I say ‘at last’ as it seems to me in my impatience that my sowings and plantings are taking their time this year. Moving north by 150 miles last autumn I should of course expect things to wake up more cautiously in this part of the world although weren’t those crocuses on display just as soon as in my home in the midlands? The ‘early’ potatoes are particularly slow; in spite of weeks chitting followed by weeks in the soil, pre-enriched and pre-warmed under black cover, not a single shoot is emerging. Broad beans are almost as shy. I’ve all but given up on some shrubs and herbaceous perennials completely; but at least the Hostas in the bog garden I made after Christmas are sending up determined spears and will soon make a great show of leaves – if the slugs don’t stop them.
I shouldn’t be so impatient but that’s the kind of gardener I am: I want to be out making things happen to my timetable, testing nature’s boundaries with schemes to warm things up, catch the light, beat the pests, put on a show. Nature, on the other hand, is quite happy with its own plan. The scattering of flowers growing around the Meeting House without any intervention from me is proof of that. Best be guided by its schedule rather than trying to control everything; grow what wants to grow when it wants to grow and not what doesn’t even if it’s feasible with large amounts of energy and inputs to force it. That doesn’t stop tinkering of course. In fact, it’s almost the first thing to do in a new place – otherwise how do you find out what will work?
One of the most useful pieces of advice from the world of permaculture is to ‘observe and interact’. Both are crucial to discovering how to work with any particular environment. We need to watch what happens naturally, then watch what happens if we move a pebble to know if moving pebbles is a good idea. All very scientific and all quite challenging for impatient types like me.
It doesn’t just go for gardens either. Leaders of any description do well to wait a while before suggesting any changes to the way their teams, groups or movements go about things.
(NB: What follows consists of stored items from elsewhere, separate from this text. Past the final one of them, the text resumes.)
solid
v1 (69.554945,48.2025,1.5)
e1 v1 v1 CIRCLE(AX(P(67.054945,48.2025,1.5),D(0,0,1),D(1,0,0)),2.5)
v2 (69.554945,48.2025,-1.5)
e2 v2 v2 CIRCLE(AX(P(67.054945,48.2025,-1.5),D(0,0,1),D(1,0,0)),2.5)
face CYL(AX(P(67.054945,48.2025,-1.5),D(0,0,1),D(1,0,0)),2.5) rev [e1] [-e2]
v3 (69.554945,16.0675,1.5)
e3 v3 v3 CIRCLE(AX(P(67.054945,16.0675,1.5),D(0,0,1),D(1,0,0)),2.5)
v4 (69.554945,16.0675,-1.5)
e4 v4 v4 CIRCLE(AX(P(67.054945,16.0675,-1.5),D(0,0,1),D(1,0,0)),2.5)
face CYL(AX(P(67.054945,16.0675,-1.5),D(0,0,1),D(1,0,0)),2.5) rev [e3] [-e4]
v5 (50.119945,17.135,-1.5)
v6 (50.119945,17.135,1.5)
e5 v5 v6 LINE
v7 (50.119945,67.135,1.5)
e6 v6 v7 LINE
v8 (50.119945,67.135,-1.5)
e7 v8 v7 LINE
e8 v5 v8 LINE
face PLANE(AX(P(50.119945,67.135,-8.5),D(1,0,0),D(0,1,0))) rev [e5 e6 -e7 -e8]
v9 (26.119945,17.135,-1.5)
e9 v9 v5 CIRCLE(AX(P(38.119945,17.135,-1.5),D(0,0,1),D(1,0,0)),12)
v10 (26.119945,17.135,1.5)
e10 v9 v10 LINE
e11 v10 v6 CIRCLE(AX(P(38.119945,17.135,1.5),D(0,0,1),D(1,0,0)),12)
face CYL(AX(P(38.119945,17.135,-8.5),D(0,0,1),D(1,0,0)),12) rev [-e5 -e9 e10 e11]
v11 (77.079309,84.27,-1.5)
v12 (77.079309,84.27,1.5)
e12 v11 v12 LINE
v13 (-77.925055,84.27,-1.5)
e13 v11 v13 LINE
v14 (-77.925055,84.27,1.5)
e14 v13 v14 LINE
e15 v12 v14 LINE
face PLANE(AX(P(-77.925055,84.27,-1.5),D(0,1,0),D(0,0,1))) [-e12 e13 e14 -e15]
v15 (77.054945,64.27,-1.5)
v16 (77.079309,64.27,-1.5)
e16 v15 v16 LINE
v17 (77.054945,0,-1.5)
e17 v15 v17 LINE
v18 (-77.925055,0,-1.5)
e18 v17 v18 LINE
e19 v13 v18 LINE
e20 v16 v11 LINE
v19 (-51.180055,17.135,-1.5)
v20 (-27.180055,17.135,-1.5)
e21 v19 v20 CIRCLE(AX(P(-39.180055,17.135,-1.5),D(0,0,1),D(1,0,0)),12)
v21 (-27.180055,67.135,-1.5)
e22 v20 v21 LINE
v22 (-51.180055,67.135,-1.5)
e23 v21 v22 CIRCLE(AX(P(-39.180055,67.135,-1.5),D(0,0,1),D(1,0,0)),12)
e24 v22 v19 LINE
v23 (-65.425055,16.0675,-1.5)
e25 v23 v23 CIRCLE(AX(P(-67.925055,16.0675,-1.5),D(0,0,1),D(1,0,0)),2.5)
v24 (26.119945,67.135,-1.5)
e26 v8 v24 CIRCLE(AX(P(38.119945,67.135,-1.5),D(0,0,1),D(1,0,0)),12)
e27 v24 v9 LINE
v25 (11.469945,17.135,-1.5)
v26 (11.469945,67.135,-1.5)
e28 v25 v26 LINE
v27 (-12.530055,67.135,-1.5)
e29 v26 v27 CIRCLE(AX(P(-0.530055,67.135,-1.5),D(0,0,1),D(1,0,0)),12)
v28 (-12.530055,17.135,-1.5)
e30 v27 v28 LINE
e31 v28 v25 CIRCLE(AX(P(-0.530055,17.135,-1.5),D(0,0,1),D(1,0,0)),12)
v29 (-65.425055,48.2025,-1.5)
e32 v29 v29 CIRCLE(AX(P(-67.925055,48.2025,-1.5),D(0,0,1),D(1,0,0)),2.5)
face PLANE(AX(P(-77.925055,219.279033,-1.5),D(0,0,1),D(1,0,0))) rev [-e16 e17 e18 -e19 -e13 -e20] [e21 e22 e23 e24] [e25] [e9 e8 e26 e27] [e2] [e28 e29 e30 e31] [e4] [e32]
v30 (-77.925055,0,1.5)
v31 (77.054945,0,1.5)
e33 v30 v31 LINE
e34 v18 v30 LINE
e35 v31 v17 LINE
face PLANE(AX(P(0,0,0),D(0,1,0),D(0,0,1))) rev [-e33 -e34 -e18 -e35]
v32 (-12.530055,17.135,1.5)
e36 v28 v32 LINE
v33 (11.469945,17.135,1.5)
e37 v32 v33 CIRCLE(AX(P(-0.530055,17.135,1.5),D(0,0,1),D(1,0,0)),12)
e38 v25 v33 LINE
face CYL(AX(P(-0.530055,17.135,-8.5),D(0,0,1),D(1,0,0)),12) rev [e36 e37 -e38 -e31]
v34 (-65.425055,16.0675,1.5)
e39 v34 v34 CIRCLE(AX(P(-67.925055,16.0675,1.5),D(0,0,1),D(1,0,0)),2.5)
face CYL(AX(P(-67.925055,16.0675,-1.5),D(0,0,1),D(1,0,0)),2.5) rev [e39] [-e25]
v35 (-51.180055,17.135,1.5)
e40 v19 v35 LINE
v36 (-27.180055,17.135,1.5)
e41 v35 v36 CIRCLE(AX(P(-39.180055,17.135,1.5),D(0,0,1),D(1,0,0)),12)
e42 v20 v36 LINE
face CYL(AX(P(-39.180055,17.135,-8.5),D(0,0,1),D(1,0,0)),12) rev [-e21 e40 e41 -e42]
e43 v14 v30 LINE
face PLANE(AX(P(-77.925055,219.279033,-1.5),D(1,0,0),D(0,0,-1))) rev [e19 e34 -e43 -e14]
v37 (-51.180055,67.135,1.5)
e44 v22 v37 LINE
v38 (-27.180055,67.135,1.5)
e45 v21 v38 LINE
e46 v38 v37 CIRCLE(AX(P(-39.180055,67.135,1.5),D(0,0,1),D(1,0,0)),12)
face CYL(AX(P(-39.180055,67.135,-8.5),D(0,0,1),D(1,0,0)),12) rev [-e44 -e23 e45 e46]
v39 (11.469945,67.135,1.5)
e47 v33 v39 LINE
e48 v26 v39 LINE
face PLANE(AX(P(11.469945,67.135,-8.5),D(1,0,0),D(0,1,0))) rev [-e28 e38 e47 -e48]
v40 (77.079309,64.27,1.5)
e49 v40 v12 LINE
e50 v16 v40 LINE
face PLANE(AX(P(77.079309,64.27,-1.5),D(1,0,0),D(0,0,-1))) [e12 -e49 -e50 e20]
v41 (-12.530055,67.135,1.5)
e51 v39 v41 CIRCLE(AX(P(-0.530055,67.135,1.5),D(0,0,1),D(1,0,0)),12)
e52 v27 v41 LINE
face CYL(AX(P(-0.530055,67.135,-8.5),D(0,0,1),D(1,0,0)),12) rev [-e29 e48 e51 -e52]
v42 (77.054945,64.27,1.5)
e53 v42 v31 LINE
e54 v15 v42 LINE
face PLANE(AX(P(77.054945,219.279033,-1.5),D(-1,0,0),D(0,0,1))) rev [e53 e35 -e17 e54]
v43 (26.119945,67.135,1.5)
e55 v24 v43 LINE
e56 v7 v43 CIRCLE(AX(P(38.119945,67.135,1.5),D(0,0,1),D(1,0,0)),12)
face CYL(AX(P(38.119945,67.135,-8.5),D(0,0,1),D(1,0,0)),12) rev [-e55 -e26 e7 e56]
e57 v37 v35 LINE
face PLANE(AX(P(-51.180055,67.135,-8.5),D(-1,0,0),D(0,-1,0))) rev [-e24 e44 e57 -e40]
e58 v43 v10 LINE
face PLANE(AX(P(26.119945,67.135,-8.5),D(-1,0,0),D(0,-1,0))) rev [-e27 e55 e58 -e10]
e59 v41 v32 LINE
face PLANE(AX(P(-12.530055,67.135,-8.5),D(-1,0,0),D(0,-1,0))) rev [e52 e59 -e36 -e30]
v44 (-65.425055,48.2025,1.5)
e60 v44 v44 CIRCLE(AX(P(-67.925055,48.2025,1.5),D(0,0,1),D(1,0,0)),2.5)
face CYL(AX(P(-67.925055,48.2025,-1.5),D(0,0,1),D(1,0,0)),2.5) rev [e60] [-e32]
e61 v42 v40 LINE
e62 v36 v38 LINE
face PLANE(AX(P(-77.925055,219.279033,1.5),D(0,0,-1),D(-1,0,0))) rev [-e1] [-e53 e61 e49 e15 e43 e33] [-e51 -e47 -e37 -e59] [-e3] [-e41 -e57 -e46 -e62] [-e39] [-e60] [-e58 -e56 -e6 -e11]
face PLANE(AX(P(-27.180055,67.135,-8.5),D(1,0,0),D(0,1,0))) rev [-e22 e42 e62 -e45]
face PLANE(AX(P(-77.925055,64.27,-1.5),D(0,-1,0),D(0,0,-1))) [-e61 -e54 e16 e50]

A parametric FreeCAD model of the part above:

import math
import FreeCAD as App
import Part
import Sketcher
Q = App.Units.Quantity

doc = App.newDocument("Part")
params = doc.addObject("Spreadsheet::Sheet", "Params")
for row, (alias, value) in enumerate([
    ("sketch1_height", "3 mm"),
    ("sketch1_width", "154.98 mm"),
    ("pad1_length", "64.27 mm"),
    ("sketch2_diameter", "5 mm"),
    ("sketch3_radius", "2.5 mm"),
    ("sketch3_height", "30 mm"),
    ("sketch4_height", "20 mm"),
    ("pad2_length", "3 mm"),
    ("sketch5_radius", "12 mm"),
    ("sketch5_height", "50 mm"),
    ("pocket3_length", "10 mm"),
], start=1):
    params.set(f"A{row}", alias)
    params.set(f"B{row}", "=" + value)
    params.setAlias(f"B{row}", alias)

body = doc.addObject("PartDesign::Body", "Body")

# Sketch on XZ plane
sketch1 = body.newObject("Sketcher::SketchObject", "Sketch")
sketch1.AttachmentSupport = (doc.getObject("XZ_Plane"), [""])
sketch1.MapMode = "FlatFace"
sketch1.addGeometry([
    Part.LineSegment(App.Vector(-77.925055, -1.5, 0), App.Vector(-77.925055, 1.5, 0)),
    Part.LineSegment(App.Vector(-77.925055, 1.5, 0), App.Vector(77.054945, 1.5, 0)),
    Part.LineSegment(App.Vector(77.054945, 1.5, 0), App.Vector(77.054945, -1.5, 0)),
    Part.LineSegment(App.Vector(77.054945, -1.5, 0), App.Vector(-77.925055, -1.5, 0)),
], False)
sketch1.addConstraint([
    Sketcher.Constraint("Coincident", 0, 2, 1, 1),
    Sketcher.Constraint("Coincident", 1, 2, 2, 1),
    Sketcher.Constraint("Coincident", 2, 2, 3, 1),
    Sketcher.Constraint("Coincident", 3, 2, 0, 1),
    Sketcher.Constraint("Vertical", 0),
    Sketcher.Constraint("Horizontal", 1),
    Sketcher.Constraint("Vertical", 2),
    Sketcher.Constraint("Horizontal", 3),
    Sketcher.Constraint("DistanceY", 0, 1, 0, 2, Q("3 mm")),
    Sketcher.Constraint("DistanceX", 1, 1, 1, 2, Q("154.98 mm")),
    Sketcher.Constraint("DistanceY", -1, 1, 0, 2, Q("1.5 mm")),
    Sketcher.Constraint("DistanceX", 0, 2, -1, 1, Q("77.925055 mm")),
])
sketch1.setExpression("Constraints[8]", "Params.sketch1_height")
sketch1.setExpression("Constraints[9]", "Params.sketch1_width")
pad1 = body.newObject("PartDesign::Pad", "Pad")
pad1.Profile = sketch1
pad1.setExpression("Length", "Params.pad1_length")
pad1.Reversed = True

# Sketch on XY plane
sketch2 = body.newObject("Sketcher::SketchObject", "Sketch001")
sketch2.AttachmentSupport = (doc.getObject("XY_Plane"), [""])
sketch2.MapMode = "FlatFace"
sketch2.AttachmentOffset = App.Placement(App.Vector(0, 0, 1.5), App.Rotation())
sketch2.addGeometry([
    Part.Circle(App.Vector(-67.925055, 16.0675, 0), App.Vector(0, 0, 1), 2.5),
    Part.Circle(App.Vector(-67.925055, 48.2025, 0), App.Vector(0, 0, 1), 2.5),
    Part.Circle(App.Vector(67.054945, 48.2025, 0), App.Vector(0, 0, 1), 2.5),
    Part.Circle(App.Vector(67.054945, 16.0675, 0), App.Vector(0, 0, 1), 2.5),
], False)
sketch2.addConstraint([
    Sketcher.Constraint("Equal", 0, 1),
    Sketcher.Constraint("Equal", 1, 2),
    Sketcher.Constraint("Equal", 2, 3),
    Sketcher.Constraint("Horizontal", 1, 3, 2, 3),
    Sketcher.Constraint("Horizontal", 0, 3, 3, 3),
    Sketcher.Constraint("Vertical", 0, 3, 1, 3),
    Sketcher.Constraint("Vertical", 2, 3, 3, 3),
    Sketcher.Constraint("Diameter", 0, Q("5 mm")),
    Sketcher.Constraint("DistanceX", 1, 3, 2, 3, Q("134.98 mm")),
    Sketcher.Constraint("DistanceY", 0, 3, 1, 3, Q("32.135 mm")),
    Sketcher.Constraint("DistanceY", -1, 1, 0, 3, Q("16.0675 mm")),
    Sketcher.Constraint("DistanceX", 0, 3, -1, 1, Q("67.925055 mm")),
])
sketch2.setExpression("Constraints[7]", "Params.sketch2_diameter")
pocket1 = body.newObject("PartDesign::Pocket", "Pocket")
pocket1.Profile = sketch2
pocket1.Type = "ThroughAll"

# Sketch on XY plane
sketch3 = body.newObject("Sketcher::SketchObject", "Sketch002")
sketch3.AttachmentSupport = (doc.getObject("XY_Plane"), [""])
sketch3.MapMode = "FlatFace"
sketch3.AttachmentOffset = App.Placement(App.Vector(0, 0, 1.5), App.Rotation())
sketch3.addGeometry([
    Part.LineSegment(App.Vector(-41.680055, 47.135, 0), App.Vector(-41.680055, 17.135, 0)),  # 0
    Part.ArcOfCircle(Part.Circle(App.Vector(-39.180055, 17.135, 0), App.Vector(0, 0, 1), 2.5), math.radians(180), math.radians(360)),  # 1
    Part.LineSegment(App.Vector(-36.680055, 17.135, 0), App.Vector(-36.680055, 47.135, 0)),  # 2
    Part.ArcOfCircle(Part.Circle(App.Vector(-39.180055, 47.135, 0), App.Vector(0, 0, 1), 2.5), math.radians(0), math.radians(180)),  # 3
    Part.LineSegment(App.Vector(-2.935055, 47.135, 0), App.Vector(-2.935055, 17.135, 0)),  # 4
    Part.ArcOfCircle(Part.Circle(App.Vector(-0.435055, 17.135, 0), App.Vector(0, 0, 1), 2.5), math.radians(180), math.radians(360)),  # 5
    Part.LineSegment(App.Vector(2.064945, 17.135, 0), App.Vector(2.064945, 47.135, 0)),  # 6
    Part.ArcOfCircle(Part.Circle(App.Vector(-0.435055, 47.135, 0), App.Vector(0, 0, 1), 2.5), math.radians(0), math.radians(180)),  # 7
    Part.LineSegment(App.Vector(35.809945, 47.135, 0), App.Vector(35.809945, 17.135, 0)),  # 8
    Part.ArcOfCircle(Part.Circle(App.Vector(38.309945, 17.135, 0), App.Vector(0, 0, 1), 2.5), math.radians(180), math.radians(360)),  # 9
    Part.LineSegment(App.Vector(40.809945, 17.135, 0), App.Vector(40.809945, 47.135, 0)),  # 10
    Part.ArcOfCircle(Part.Circle(App.Vector(38.309945, 47.135, 0), App.Vector(0, 0, 1), 2.5), math.radians(0), math.radians(180)),  # 11
], False)
sketch3.addConstraint([
    Sketcher.Constraint("Tangent", 0, 2, 1, 1),
    Sketcher.Constraint("Tangent", 1, 2, 2, 1),
    Sketcher.Constraint("Tangent", 2, 2, 3, 1),
    Sketcher.Constraint("Tangent", 3, 2, 0, 1),
    Sketcher.Constraint("Tangent", 4, 2, 5, 1),
    Sketcher.Constraint("Tangent", 5, 2, 6, 1),
    Sketcher.Constraint("Tangent", 6, 2, 7, 1),
    Sketcher.Constraint("Tangent", 7, 2, 4, 1),
    Sketcher.Constraint("Tangent", 8, 2, 9, 1),
    Sketcher.Constraint("Tangent", 9, 2, 10, 1),
    Sketcher.Constraint("Tangent", 10, 2, 11, 1),
    Sketcher.Constraint("Tangent", 11, 2, 8, 1),
    Sketcher.Constraint("Vertical", 0),
    Sketcher.Constraint("Vertical", 2),
    Sketcher.Constraint("Vertical", 4),
    Sketcher.Constraint("Vertical", 6),
    Sketcher.Constraint("Vertical", 8),
    Sketcher.Constraint("Vertical", 10),
    Sketcher.Constraint("Equal", 3, 5),
    Sketcher.Constraint("Equal", 7, 9),
    Sketcher.Constraint("Horizontal", 1, 3, 5, 3),
    Sketcher.Constraint("Horizontal", 3, 3, 7, 3),
    Sketcher.Constraint("Horizontal", 5, 3, 9, 3),
    Sketcher.Constraint("Horizontal", 7, 3, 11, 3),
    Sketcher.Constraint("Radius", 1, Q("2.5 mm")),
    Sketcher.Constraint("DistanceY", 0, 2, 0, 1, Q("30 mm")),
And in everyday life, moving to a new place prompts a great deal of finding out about how things tick, the better to find one’s place in the community.
What’s more, observing and interacting don’t need to stop; in fact they should never stop if we’re to be successful gardeners, group members, creatives, people. Why? Because like it or not, things evolve. We only need to look at the state of the world in 2017 to verify that.